CoinEx Review 2026: Fees, Safety & Is It Legit?

Most CoinEx review pages read like they were copy-pasted from CoinEx's own marketing deck. This one isn't. I've poked around this exchange for a while, set up an account, run trades, and dealt with the KYC gate, so here's an honest CoinEx review for anyone deciding whether to actually sign up in 2026.

Last updated: June 2026.

Short version up top, because you came here for a verdict, not a 2,000-word warm-up.

The quick verdict

Question Short answer
Is CoinEx legit? Yes. It's a real, established exchange that's been running since 2017.
Is it safe? Reasonably. Cold storage, 2FA, the usual. No exchange is "safe," though.
Available in the US? No. US residents are blocked.
KYC required? Yes for fiat and full features. Basic crypto-only use is limited.
Best for Altcoin traders who want a big coin list and don't need fiat rails.
Worst for US users, fiat-heavy beginners, anyone wanting deep regulatory cover.

That's the whole thing in one box. The rest of this is me showing my work.

What is CoinEx, actually?

CoinEx is a global cryptocurrency exchange that launched in 2017. It does spot trading, futures, margin, and a few earn-style products. The thing it's genuinely known for is breadth: it lists a huge number of coins, including small altcoins that bigger exchanges won't touch until much later.

It was founded by Haipo Yang, who also founded ViaBTC, a Bitcoin mining pool. So the people behind it have been in crypto infrastructure for years. That doesn't make it bulletproof, but it's not some anonymous shell that appeared last quarter.

If you're brand new and still figuring out how to even get coins on-chain, start with the basics first. My guide on how to buy Bitcoin in 2026 walks through the on-ramp before you ever touch a trading-focused exchange like this one.

Is CoinEx legit?

Yes. CoinEx is a legitimate, operating exchange with a multi-year track record, a public founder, real trading volume, and a native token that trades on other venues too. It's not a scam, and it's not a fly-by-night clone.
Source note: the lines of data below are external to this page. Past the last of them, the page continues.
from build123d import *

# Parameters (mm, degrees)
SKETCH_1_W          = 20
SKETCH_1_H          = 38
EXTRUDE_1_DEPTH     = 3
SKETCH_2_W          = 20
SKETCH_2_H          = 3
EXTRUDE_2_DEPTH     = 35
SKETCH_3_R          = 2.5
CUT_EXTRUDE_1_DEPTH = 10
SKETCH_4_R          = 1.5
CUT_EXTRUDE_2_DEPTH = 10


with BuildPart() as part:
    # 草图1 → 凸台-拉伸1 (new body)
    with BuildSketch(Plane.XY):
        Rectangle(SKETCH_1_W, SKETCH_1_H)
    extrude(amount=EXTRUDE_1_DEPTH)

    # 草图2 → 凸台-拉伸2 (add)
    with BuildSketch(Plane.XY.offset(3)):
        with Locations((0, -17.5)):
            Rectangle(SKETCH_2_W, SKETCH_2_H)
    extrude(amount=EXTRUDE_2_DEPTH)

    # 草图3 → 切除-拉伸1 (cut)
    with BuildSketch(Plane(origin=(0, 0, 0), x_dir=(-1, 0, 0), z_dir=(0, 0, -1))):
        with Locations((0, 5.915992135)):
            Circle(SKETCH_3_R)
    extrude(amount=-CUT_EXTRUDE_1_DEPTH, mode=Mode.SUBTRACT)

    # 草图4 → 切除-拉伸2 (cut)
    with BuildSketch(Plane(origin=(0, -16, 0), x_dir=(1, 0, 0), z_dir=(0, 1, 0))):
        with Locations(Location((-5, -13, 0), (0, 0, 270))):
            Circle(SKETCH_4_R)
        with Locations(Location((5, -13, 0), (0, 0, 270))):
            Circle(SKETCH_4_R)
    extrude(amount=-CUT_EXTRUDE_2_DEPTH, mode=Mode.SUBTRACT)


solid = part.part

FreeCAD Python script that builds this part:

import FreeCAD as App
import Part
import Sketcher
from FreeCAD import Vector

doc = App.newDocument("Part")
body = doc.addObject("PartDesign::Body", "Body")

# Sketch on XY plane
sketch1 = body.newObject("Sketcher::SketchObject", "Sketch")
sketch1.AttachmentSupport = (doc.getObject("XY_Plane"), [""])
sketch1.MapMode = "FlatFace"
sketch1.addGeometry([
    Part.LineSegment(Vector(-10, 19, 0), Vector(-10, -19, 0)),
    Part.LineSegment(Vector(-10, -19, 0), Vector(10, -19, 0)),
    Part.LineSegment(Vector(10, -19, 0), Vector(10, 19, 0)),
    Part.LineSegment(Vector(10, 19, 0), Vector(-10, 19, 0)),
], False)
sketch1.addConstraint([
    Sketcher.Constraint("Coincident", 0, 2, 1, 1),
    Sketcher.Constraint("Coincident", 1, 2, 2, 1),
    Sketcher.Constraint("Coincident", 2, 2, 3, 1),
    Sketcher.Constraint("Coincident", 3, 2, 0, 1),
    Sketcher.Constraint("Vertical", 0),
    Sketcher.Constraint("Horizontal", 1),
    Sketcher.Constraint("Vertical", 2),
    Sketcher.Constraint("Horizontal", 3),
    Sketcher.Constraint("Symmetric", 0, 2, 2, 2, -1, 1),
    Sketcher.Constraint("DistanceX", 1, 1, 1, 2, 20.0),
    Sketcher.Constraint("DistanceY", 0, 2, 0, 1, 38.0),
])
pad1 = body.newObject("PartDesign::Pad", "Pad")
pad1.Profile = sketch1
pad1.Length = 3

# Sketch on XY plane
sketch2 = body.newObject("Sketcher::SketchObject", "Sketch001")
sketch2.AttachmentSupport = (doc.getObject("XY_Plane"), [""])
sketch2.MapMode = "FlatFace"
sketch2.AttachmentOffset = App.Placement(Vector(0, 0, 3), App.Rotation())
sketch2.addGeometry([
    Part.LineSegment(Vector(-10, -16, 0), Vector(-10, -19, 0)),
    Part.LineSegment(Vector(-10, -19, 0), Vector(10, -19, 0)),
    Part.LineSegment(Vector(10, -19, 0), Vector(10, -16, 0)),
    Part.LineSegment(Vector(10, -16, 0), Vector(-10, -16, 0)),
], False)
sketch2.addConstraint([
    Sketcher.Constraint("Coincident", 0, 2, 1, 1),
    Sketcher.Constraint("Coincident", 1, 2, 2, 1),
    Sketcher.Constraint("Coincident", 2, 2, 3, 1),
    Sketcher.Constraint("Coincident", 3, 2, 0, 1),
    Sketcher.Constraint("Vertical", 0),
    Sketcher.Constraint("Horizontal", 1),
    Sketcher.Constraint("Vertical", 2),
    Sketcher.Constraint("Horizontal", 3),
    Sketcher.Constraint("DistanceX", 1, 1, 1, 2, 20.0),
    Sketcher.Constraint("DistanceY", 0, 2, 0, 1, 3.0),
    Sketcher.Constraint("DistanceX", 0, 2, -1, 1, 10.0),
    Sketcher.Constraint("DistanceY", 0, 2, -1, 1, 19.0),
])
pad2 = body.newObject("PartDesign::Pad", "Pad001")
pad2.Profile = sketch2
pad2.Length = 35

# Sketch on XY plane
sketch3 = body.newObject("Sketcher::SketchObject", "Sketch002")
sketch3.AttachmentSupport = (doc.getObject("XY_Plane"), [""])
sketch3.MapMode = "FlatFace"
sketch3.addGeometry(Part.Circle(Vector(0, 5.9, 0), Vector(0, 0, 1), 2.5), False)
sketch3.addConstraint([
    Sketcher.Constraint("PointOnObject", 0, 3, -2),
    Sketcher.Constraint("Diameter", 0, 5.0),
    Sketcher.Constraint("DistanceY", -1, 1, 0, 3, 5.915992),
])
pocket1 = body.newObject("PartDesign::Pocket", "Pocket")
pocket1.Profile = sketch3
pocket1.Length = 10
pocket1.Reversed = True

# Sketch on XZ plane
sketch4 = body.newObject("Sketcher::SketchObject", "Sketch003")
sketch4.AttachmentSupport = (doc.getObject("XZ_Plane"), [""])
sketch4.MapMode = "FlatFace"
sketch4.AttachmentOffset = App.Placement(Vector(0, 0, 16), App.Rotation())
sketch4.addGeometry([
    Part.Circle(Vector(-5, 13, 0), Vector(0, 0, 1), 1.5),
    Part.Circle(Vector(5, 13, 0), Vector(0, 0, 1), 1.5),
], False)
sketch4.addConstraint([
    Sketcher.Constraint("Equal", 0, 1),
    Sketcher.Constraint("Symmetric", 0, 3, 1, 3, -2),
    Sketcher.Constraint("Diameter", 0, 3.0),
    Sketcher.Constraint("DistanceX", 0, 3, -1, 1, 5.0),
    Sketcher.Constraint("DistanceY", -1, 1, 0, 3, 13.0),
])
pocket2 = body.newObject("PartDesign::Pocket", "Pocket001")
pocket2.Profile = sketch4
pocket2.Length = 10
pocket2.Reversed = True

doc.recompute()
"Legit" and "right for you" are different questions, though. CoinEx leans toward traders who care about coin selection and don't need a deeply regulated, fiat-heavy platform. If your mental model of a trustworthy exchange is "the one with a Super Bowl ad and a US banking license," CoinEx isn't going to scratch that itch.
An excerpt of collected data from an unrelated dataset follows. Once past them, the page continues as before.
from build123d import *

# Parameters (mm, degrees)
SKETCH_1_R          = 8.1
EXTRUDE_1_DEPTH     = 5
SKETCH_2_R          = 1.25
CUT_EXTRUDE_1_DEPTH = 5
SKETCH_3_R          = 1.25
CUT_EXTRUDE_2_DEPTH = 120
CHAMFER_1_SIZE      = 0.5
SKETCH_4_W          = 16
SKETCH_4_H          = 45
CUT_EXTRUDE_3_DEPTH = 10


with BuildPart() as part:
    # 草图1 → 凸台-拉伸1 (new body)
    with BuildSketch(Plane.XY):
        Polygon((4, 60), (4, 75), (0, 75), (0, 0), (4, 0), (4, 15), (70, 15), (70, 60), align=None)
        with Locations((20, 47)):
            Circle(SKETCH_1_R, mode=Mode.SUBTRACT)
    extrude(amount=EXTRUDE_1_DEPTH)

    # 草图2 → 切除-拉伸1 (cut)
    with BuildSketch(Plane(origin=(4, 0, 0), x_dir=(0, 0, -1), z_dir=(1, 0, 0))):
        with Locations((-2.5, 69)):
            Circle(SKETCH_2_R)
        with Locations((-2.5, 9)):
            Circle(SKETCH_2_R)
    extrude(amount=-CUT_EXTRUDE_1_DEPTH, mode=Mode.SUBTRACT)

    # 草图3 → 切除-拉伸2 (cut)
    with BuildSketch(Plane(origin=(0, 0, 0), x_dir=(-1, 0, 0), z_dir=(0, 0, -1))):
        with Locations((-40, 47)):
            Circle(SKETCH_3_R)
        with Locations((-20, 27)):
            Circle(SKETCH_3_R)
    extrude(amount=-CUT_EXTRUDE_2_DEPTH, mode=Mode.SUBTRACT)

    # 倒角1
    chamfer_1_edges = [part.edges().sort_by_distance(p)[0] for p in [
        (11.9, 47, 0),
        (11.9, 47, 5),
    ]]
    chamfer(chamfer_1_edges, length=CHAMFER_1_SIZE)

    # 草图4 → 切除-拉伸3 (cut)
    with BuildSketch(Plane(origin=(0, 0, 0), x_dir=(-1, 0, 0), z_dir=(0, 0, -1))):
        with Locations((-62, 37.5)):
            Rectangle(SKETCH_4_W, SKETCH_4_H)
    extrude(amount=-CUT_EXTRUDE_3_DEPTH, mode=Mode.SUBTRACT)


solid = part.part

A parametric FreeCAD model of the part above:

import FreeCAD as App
import Part
import Sketcher
from FreeCAD import Vector
Q = App.Units.Quantity


def edges_at(feature, points):
    """Names of the edges that pass closest to the given points."""
    edges = feature.Shape.Edges
    near = lambda p: min(range(len(edges)), key=lambda i: edges[i].distToShape(Part.Vertex(*p))[0])
    return sorted({f"Edge{near(p) + 1}" for p in points})


def add_polygon(sketch, points):
    """Adds a closed chain of lines whose ends are joined by coincident constraints."""
    first, n = sketch.GeometryCount, len(points)
    for a, b in zip(points, points[1:] + points[:1]):
        sketch.addGeometry(Part.LineSegment(App.Vector(*a, 0), App.Vector(*b, 0)), False)
    for i in range(n):
        sketch.addConstraint(Sketcher.Constraint("Coincident", first + i, 2, first + (i + 1) % n, 1))

doc = App.newDocument("Part")
params = doc.addObject("Spreadsheet::Sheet", "Params")
for row, (alias, value) in enumerate([
    ("sketch1_diameter", "16.2 mm"),
    ("sketch1_width", "4 mm"),
    ("sketch1_width2", "66 mm"),
    ("sketch1_height", "15 mm"),
    ("sketch1_height2", "75 mm"),
    ("pad1_length", "5 mm"),
    ("sketch2_diameter", "2.5 mm"),
    ("pocket1_length", "5 mm"),
    ("sketch3_diameter", "2.5 mm"),
    ("pocket2_length", "120 mm"),
    ("chamfer_size", "0.5 mm"),
    ("sketch4_width", "16 mm"),
    ("sketch4_height", "45 mm"),
    ("pocket3_length", "10 mm"),
], start=1):
    params.set(f"A{row}", alias)
    params.set(f"B{row}", "=" + value)
    params.setAlias(f"B{row}", alias)

body = doc.addObject("PartDesign::Body", "Body")

sketch1 = doc.addObject("Sketcher::SketchObject", "Sketch")
body.addObject(sketch1)
sketch1.AttachmentSupport = (doc.XY_Plane, [""])
sketch1.MapMode = "FlatFace"
add_polygon(sketch1, [(4, 60), (4, 75), (0, 75), (0, 0), (4, 0), (4, 15), (70, 15), (70, 60)])
sketch1.addGeometry(Part.Circle(Vector(20, 47, 0), Vector(0, 0, 1), 8.1), False)
sketch1.addConstraint([
    Sketcher.Constraint("Vertical", 0),
    Sketcher.Constraint("Horizontal", 1),
    Sketcher.Constraint("Vertical", 2),
    Sketcher.Constraint("Horizontal", 3),
    Sketcher.Constraint("Vertical", 4),
    Sketcher.Constraint("Horizontal", 5),
    Sketcher.Constraint("Vertical", 6),
    Sketcher.Constraint("Horizontal", 7),
    Sketcher.Constraint("Coincident", 2, 2, -1, 1),
    Sketcher.Constraint("Vertical", 0, 2, 3, 2),
    Sketcher.Constraint("Equal", 0, 4),
    Sketcher.Constraint("Diameter", 8, Q("16.2 mm")),
    Sketcher.Constraint("DistanceX", 1, 2, 1, 1, Q("4 mm")),
    Sketcher.Constraint("DistanceX", 5, 1, 5, 2, Q("66 mm")),
    Sketcher.Constraint("DistanceY", 0, 1, 0, 2, Q("15 mm")),
    Sketcher.Constraint("DistanceY", 2, 2, 2, 1, Q("75 mm")),
    Sketcher.Constraint("DistanceX", -1, 1, 8, 3, Q("20 mm")),
    Sketcher.Constraint("DistanceY", -1, 1, 8, 3, Q("47 mm")),
])
sketch1.setExpression("Constraints[19]", "Params.sketch1_diameter")
sketch1.setExpression("Constraints[20]", "Params.sketch1_width")
sketch1.setExpression("Constraints[21]", "Params.sketch1_width2")
sketch1.setExpression("Constraints[22]", "Params.sketch1_height")
sketch1.setExpression("Constraints[23]", "Params.sketch1_height2")
pad1 = doc.addObject("PartDesign::Pad", "Pad")
body.addObject(pad1)
pad1.Profile = sketch1
pad1.setExpression("Length", "Params.pad1_length")

sketch2 = doc.addObject("Sketcher::SketchObject", "Sketch001")
body.addObject(sketch2)
sketch2.AttachmentSupport = (doc.YZ_Plane, [""])
sketch2.MapMode = "FlatFace"
sketch2.AttachmentOffset = App.Placement(Vector(0, 0, 4), App.Rotation())
sketch2.addGeometry([
    Part.Circle(Vector(69, 2.5, 0), Vector(0, 0, 1), 1.25),
    Part.Circle(Vector(9, 2.5, 0), Vector(0, 0, 1), 1.25),
], False)
sketch2.addConstraint([
    Sketcher.Constraint("Equal", 0, 1),
    Sketcher.Constraint("Horizontal", 0, 3, 1, 3),
    Sketcher.Constraint("Diameter", 0, Q("2.5 mm")),
    Sketcher.Constraint("DistanceX", -1, 1, 0, 3, Q("69 mm")),
    Sketcher.Constraint("DistanceX", -1, 1, 1, 3, Q("9 mm")),
    Sketcher.Constraint("DistanceY", -1, 1, 0, 3, Q("2.5 mm")),
])
sketch2.setExpression("Constraints[2]", "Params.sketch2_diameter")
pocket1 = doc.addObject("PartDesign::Pocket", "Pocket")
body.addObject(pocket1)
pocket1.Profile = sketch2
pocket1.setExpression("Length", "Params.pocket1_length")

sketch3 = doc.addObject("Sketcher::SketchObject", "Sketch002")
body.addObject(sketch3)
sketch3.AttachmentSupport = (doc.XY_Plane, [""])
sketch3.MapMode = "FlatFace"
sketch3.addGeometry([
    Part.Circle(Vector(40, 47, 0), Vector(0, 0, 1), 1.25),
    Part.Circle(Vector(20, 27, 0), Vector(0, 0, 1), 1.25),
], False)
sketch3.addConstraint([
    Sketcher.Constraint("Equal", 0, 1),
    Sketcher.Constraint("Diameter", 0, Q("2.5 mm")),
    Sketcher.Constraint("DistanceX", -1, 1, 0, 3, Q("40 mm")),
    Sketcher.Constraint("DistanceY", -1, 1, 0, 3, Q("47 mm")),
    Sketcher.Constraint("DistanceX", -1, 1, 1, 3, Q("20 mm")),
    Sketcher.Constraint("DistanceY", -1, 1, 1, 3, Q("27 mm")),
])
sketch3.setExpression("Constraints[1]", "Params.sketch3_diameter")
pocket2 = doc.addObject("PartDesign::Pocket", "Pocket001")
body.addObject(pocket2)
pocket2.Profile = sketch3
pocket2.setExpression("Length", "Params.pocket2_length")
pocket2.Reversed = True
doc.recompute()

chamfer = doc.addObject("PartDesign::Chamfer", "Chamfer")
body.addObject(chamfer)
chamfer.Base = (pocket2, edges_at(pocket2, [(11.9, 47, 0), (11.9, 47, 5)]))
chamfer.setExpression("Size", "Params.chamfer_size")

sketch4 = doc.addObject("Sketcher::SketchObject", "Sketch003")
body.addObject(sketch4)
sketch4.AttachmentSupport = (doc.XY_Plane, [""])
sketch4.MapMode = "FlatFace"
add_polygon(sketch4, [(70, 60), (70, 15), (54, 15), (54, 60)])
sketch4.addConstraint([
    Sketcher.Constraint("Vertical", 0),
    Sketcher.Constraint("Horizontal", 1),
    Sketcher.Constraint("Vertical", 2),
    Sketcher.Constraint("Horizontal", 3),
    Sketcher.Constraint("DistanceX", 1, 2, 1, 1, Q("16 mm")),
    Sketcher.Constraint("DistanceY", 0, 2, 0, 1, Q("45 mm")),
    Sketcher.Constraint("DistanceX", -1, 1, 0, 2, Q("70 mm")),
    Sketcher.Constraint("DistanceY", -1, 1, 0, 2, Q("15 mm")),
])
sketch4.setExpression("Constraints[8]", "Params.sketch4_width")
sketch4.setExpression("Constraints[9]", "Params.sketch4_height")
pocket3 = doc.addObject("PartDesign::Pocket", "Pocket002")
body.addObject(pocket3)
pocket3.Profile = sketch4
pocket3.setExpression("Length", "Params.pocket3_length")
pocket3.Reversed = True

doc.recompute()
One honest caveat: like most global exchanges, CoinEx has shifted which regions it serves over the years and what verification it demands. Always check the current terms for your country before you deposit a cent.

Is CoinEx safe?

Safe is relative in crypto. Every exchange is a custodian holding your keys, which means every exchange is a target. With that framing, here's what CoinEx does on the security side.

The platform keeps the bulk of user funds in cold storage and offers the standard account protections: two-factor authentication, anti-phishing codes, withdrawal address whitelisting, and email or SMS confirmation on withdrawals. That's the baseline I'd expect from any exchange worth using, and CoinEx clears it.

What I won't do is throw out a made-up "98% of funds are insured" stat, because I can't verify the live number and neither can most of the pages that quote it. Treat any exchange's self-reported security percentages as marketing until proven otherwise.

The bigger safety lesson has nothing to do with CoinEx specifically: don't store long-term holdings on any exchange. Trade what you need, then pull the rest into self-custody. I put every major option through its paces in my self-custody crypto wallet comparison if you want to move funds off an exchange properly.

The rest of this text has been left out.